● Exercise description:
I need the lines below from the one with "v 203.708 240.792 -1066.8" down to the one with "v 0 256.54 1066.8" reproduced exactly, both ends included, and nothing else.
========================================================================
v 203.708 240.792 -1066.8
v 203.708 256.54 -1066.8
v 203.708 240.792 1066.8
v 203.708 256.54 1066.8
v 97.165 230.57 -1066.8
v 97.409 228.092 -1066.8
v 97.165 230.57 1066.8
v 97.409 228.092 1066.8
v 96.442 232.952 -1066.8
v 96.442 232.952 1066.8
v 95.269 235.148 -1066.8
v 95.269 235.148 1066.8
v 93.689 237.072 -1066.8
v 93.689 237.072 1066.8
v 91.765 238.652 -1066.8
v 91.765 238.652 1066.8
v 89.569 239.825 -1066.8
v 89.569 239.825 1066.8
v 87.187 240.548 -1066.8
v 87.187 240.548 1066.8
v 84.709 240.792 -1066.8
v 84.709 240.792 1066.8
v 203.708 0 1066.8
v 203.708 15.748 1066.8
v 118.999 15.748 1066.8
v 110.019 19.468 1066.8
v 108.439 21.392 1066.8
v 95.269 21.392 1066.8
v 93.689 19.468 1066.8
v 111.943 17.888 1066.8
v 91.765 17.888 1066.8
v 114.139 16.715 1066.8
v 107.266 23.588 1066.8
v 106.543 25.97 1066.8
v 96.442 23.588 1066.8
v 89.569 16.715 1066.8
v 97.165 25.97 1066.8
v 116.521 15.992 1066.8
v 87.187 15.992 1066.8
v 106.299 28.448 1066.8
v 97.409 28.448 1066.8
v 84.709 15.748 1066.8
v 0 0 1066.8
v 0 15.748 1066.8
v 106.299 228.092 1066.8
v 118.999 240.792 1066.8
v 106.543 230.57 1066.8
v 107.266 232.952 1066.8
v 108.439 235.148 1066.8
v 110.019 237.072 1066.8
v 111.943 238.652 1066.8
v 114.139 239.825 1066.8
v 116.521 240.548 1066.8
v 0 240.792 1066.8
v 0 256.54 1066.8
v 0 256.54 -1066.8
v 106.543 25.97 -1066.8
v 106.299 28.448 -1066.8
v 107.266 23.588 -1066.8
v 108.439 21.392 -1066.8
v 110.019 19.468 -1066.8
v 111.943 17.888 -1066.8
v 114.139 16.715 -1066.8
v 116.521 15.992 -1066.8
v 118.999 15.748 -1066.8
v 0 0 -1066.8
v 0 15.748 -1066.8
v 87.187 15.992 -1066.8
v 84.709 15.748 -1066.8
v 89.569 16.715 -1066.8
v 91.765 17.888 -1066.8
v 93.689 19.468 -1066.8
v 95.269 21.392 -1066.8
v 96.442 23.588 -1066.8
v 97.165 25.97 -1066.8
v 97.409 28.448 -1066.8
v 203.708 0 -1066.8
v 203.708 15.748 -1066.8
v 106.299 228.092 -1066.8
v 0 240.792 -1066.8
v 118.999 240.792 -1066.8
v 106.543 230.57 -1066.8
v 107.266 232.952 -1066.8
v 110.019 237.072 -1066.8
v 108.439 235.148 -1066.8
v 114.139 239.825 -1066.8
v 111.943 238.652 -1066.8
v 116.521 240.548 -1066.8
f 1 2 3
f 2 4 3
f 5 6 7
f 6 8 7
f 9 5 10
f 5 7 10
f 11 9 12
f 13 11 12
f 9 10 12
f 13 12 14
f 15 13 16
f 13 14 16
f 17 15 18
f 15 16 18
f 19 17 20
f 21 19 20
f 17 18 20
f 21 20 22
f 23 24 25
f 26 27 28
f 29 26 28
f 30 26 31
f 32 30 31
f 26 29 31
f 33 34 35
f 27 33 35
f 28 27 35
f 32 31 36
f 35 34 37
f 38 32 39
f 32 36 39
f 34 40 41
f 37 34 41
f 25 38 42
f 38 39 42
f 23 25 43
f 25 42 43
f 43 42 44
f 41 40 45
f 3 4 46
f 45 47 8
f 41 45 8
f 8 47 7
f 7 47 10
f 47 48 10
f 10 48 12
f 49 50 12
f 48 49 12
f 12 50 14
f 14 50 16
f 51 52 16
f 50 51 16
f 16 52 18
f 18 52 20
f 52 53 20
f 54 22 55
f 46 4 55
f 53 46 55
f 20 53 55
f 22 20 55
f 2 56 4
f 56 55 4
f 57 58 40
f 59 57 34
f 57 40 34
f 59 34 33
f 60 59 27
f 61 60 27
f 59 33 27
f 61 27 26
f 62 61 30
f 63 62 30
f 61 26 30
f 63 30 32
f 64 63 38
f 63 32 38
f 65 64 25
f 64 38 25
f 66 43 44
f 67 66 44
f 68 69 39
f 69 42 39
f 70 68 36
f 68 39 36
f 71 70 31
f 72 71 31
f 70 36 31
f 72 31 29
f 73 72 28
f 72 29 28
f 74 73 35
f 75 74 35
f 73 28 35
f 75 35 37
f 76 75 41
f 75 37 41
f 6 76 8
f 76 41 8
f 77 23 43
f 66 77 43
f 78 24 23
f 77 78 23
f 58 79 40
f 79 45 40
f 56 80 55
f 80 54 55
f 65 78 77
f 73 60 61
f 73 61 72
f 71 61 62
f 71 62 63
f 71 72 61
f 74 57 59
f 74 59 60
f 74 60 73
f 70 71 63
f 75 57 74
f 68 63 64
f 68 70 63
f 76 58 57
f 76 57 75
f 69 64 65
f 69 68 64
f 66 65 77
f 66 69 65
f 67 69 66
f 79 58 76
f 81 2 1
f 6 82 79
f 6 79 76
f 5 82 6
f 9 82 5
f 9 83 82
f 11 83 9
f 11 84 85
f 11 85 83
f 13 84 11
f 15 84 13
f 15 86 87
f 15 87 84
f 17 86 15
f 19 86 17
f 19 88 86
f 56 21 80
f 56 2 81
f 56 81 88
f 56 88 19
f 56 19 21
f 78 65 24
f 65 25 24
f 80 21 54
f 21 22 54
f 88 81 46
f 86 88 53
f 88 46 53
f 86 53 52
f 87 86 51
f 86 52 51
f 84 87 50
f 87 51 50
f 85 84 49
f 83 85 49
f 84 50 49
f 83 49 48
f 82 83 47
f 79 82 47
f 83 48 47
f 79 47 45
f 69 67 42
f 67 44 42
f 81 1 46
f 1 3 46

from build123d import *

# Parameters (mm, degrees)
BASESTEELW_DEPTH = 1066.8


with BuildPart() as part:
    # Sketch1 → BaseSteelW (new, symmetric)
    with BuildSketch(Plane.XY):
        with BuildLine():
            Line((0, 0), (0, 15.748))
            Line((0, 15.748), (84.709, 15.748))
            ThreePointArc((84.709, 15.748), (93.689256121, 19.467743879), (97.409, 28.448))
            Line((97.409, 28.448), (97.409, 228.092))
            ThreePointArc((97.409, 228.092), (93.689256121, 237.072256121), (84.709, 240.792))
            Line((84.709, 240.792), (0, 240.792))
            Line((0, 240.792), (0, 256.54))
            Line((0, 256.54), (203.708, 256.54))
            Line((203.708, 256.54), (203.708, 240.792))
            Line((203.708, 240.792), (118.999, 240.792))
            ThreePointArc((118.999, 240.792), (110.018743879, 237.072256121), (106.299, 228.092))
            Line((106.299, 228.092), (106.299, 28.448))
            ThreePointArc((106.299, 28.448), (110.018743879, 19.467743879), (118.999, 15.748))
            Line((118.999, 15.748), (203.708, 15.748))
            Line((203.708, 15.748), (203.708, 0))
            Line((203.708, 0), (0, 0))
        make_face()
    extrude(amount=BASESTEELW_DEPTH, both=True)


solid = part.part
========================================================================
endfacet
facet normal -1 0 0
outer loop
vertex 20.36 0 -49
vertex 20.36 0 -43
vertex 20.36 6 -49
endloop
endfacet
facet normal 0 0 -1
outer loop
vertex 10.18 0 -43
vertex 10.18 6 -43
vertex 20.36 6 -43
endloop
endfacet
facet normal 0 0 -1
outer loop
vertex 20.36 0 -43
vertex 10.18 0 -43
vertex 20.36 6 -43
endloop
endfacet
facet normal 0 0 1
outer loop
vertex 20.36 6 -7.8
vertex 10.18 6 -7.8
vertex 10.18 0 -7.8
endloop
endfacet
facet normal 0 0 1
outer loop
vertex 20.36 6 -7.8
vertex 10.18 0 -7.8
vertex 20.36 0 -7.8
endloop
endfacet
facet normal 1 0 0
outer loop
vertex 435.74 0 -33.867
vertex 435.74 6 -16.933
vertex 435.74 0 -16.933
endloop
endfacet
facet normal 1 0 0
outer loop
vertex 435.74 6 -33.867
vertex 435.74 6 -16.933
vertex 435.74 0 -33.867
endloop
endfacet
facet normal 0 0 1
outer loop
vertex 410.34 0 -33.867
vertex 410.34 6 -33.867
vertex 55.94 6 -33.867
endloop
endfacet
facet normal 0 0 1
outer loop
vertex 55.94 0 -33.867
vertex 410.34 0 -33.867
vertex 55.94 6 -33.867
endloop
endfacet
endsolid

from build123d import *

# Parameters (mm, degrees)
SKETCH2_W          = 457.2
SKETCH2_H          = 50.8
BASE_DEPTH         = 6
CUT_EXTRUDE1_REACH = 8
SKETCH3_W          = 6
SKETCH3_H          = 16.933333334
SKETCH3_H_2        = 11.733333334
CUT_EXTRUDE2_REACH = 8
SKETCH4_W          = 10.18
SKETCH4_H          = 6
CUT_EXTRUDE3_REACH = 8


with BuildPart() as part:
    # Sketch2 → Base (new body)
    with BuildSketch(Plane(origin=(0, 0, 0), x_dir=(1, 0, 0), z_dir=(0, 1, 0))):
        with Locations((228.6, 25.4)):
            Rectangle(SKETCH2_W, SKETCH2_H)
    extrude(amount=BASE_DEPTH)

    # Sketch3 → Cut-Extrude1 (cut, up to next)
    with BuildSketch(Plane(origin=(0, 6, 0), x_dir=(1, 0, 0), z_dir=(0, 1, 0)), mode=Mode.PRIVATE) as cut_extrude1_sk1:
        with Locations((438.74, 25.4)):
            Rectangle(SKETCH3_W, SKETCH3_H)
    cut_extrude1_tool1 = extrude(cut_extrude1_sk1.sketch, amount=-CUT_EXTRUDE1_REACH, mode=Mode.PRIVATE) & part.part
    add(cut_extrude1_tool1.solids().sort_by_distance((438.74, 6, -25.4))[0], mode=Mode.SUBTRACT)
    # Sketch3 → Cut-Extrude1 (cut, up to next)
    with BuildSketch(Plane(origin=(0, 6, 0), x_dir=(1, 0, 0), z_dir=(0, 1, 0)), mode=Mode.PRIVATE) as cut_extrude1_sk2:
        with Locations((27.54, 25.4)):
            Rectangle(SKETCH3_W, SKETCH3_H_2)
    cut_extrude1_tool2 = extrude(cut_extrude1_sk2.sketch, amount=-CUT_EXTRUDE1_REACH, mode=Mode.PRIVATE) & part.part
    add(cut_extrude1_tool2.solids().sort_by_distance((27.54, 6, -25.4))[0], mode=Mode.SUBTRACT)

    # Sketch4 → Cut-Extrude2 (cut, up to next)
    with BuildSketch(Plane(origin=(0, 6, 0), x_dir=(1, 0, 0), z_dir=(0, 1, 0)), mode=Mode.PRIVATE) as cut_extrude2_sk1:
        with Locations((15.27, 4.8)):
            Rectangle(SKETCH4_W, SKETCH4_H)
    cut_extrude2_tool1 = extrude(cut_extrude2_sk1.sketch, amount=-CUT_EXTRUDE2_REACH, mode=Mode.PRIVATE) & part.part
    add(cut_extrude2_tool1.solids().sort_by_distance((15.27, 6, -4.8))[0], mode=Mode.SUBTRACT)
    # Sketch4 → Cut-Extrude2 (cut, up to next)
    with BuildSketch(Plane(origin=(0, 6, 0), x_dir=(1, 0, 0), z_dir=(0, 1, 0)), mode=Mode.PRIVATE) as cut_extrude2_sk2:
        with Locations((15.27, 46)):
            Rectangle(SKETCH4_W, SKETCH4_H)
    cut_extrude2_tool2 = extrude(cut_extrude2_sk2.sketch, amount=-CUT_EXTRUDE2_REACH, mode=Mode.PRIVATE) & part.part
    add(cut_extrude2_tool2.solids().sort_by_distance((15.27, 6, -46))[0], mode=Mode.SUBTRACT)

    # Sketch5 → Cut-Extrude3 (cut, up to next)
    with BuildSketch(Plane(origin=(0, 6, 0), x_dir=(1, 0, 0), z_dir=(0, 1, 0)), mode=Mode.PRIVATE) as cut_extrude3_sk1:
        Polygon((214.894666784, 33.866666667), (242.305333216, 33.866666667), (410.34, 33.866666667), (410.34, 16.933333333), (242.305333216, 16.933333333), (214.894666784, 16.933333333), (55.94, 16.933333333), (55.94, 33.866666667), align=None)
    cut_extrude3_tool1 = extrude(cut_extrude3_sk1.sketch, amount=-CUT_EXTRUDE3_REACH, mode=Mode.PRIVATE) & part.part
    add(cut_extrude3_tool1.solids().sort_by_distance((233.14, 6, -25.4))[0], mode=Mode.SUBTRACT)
========================================================================
● Completed exercise:
v 203.708 240.792 -1066.8
v 203.708 256.54 -1066.8
v 203.708 240.792 1066.8
v 203.708 256.54 1066.8
v 97.165 230.57 -1066.8
v 97.409 228.092 -1066.8
v 97.165 230.57 1066.8
v 97.409 228.092 1066.8
v 96.442 232.952 -1066.8
v 96.442 232.952 1066.8
v 95.269 235.148 -1066.8
v 95.269 235.148 1066.8
v 93.689 237.072 -1066.8
v 93.689 237.072 1066.8
v 91.765 238.652 -1066.8
v 91.765 238.652 1066.8
v 89.569 239.825 -1066.8
v 89.569 239.825 1066.8
v 87.187 240.548 -1066.8
v 87.187 240.548 1066.8
v 84.709 240.792 -1066.8
v 84.709 240.792 1066.8
v 203.708 0 1066.8
v 203.708 15.748 1066.8
v 118.999 15.748 1066.8
v 110.019 19.468 1066.8
v 108.439 21.392 1066.8
v 95.269 21.392 1066.8
v 93.689 19.468 1066.8
v 111.943 17.888 1066.8
v 91.765 17.888 1066.8
v 114.139 16.715 1066.8
v 107.266 23.588 1066.8
v 106.543 25.97 1066.8
v 96.442 23.588 1066.8
v 89.569 16.715 1066.8
v 97.165 25.97 1066.8
v 116.521 15.992 1066.8
v 87.187 15.992 1066.8
v 106.299 28.448 1066.8
v 97.409 28.448 1066.8
v 84.709 15.748 1066.8
v 0 0 1066.8
v 0 15.748 1066.8
v 106.299 228.092 1066.8
v 118.999 240.792 1066.8
v 106.543 230.57 1066.8
v 107.266 232.952 1066.8
v 108.439 235.148 1066.8
v 110.019 237.072 1066.8
v 111.943 238.652 1066.8
v 114.139 239.825 1066.8
v 116.521 240.548 1066.8
v 0 240.792 1066.8
v 0 256.54 1066.8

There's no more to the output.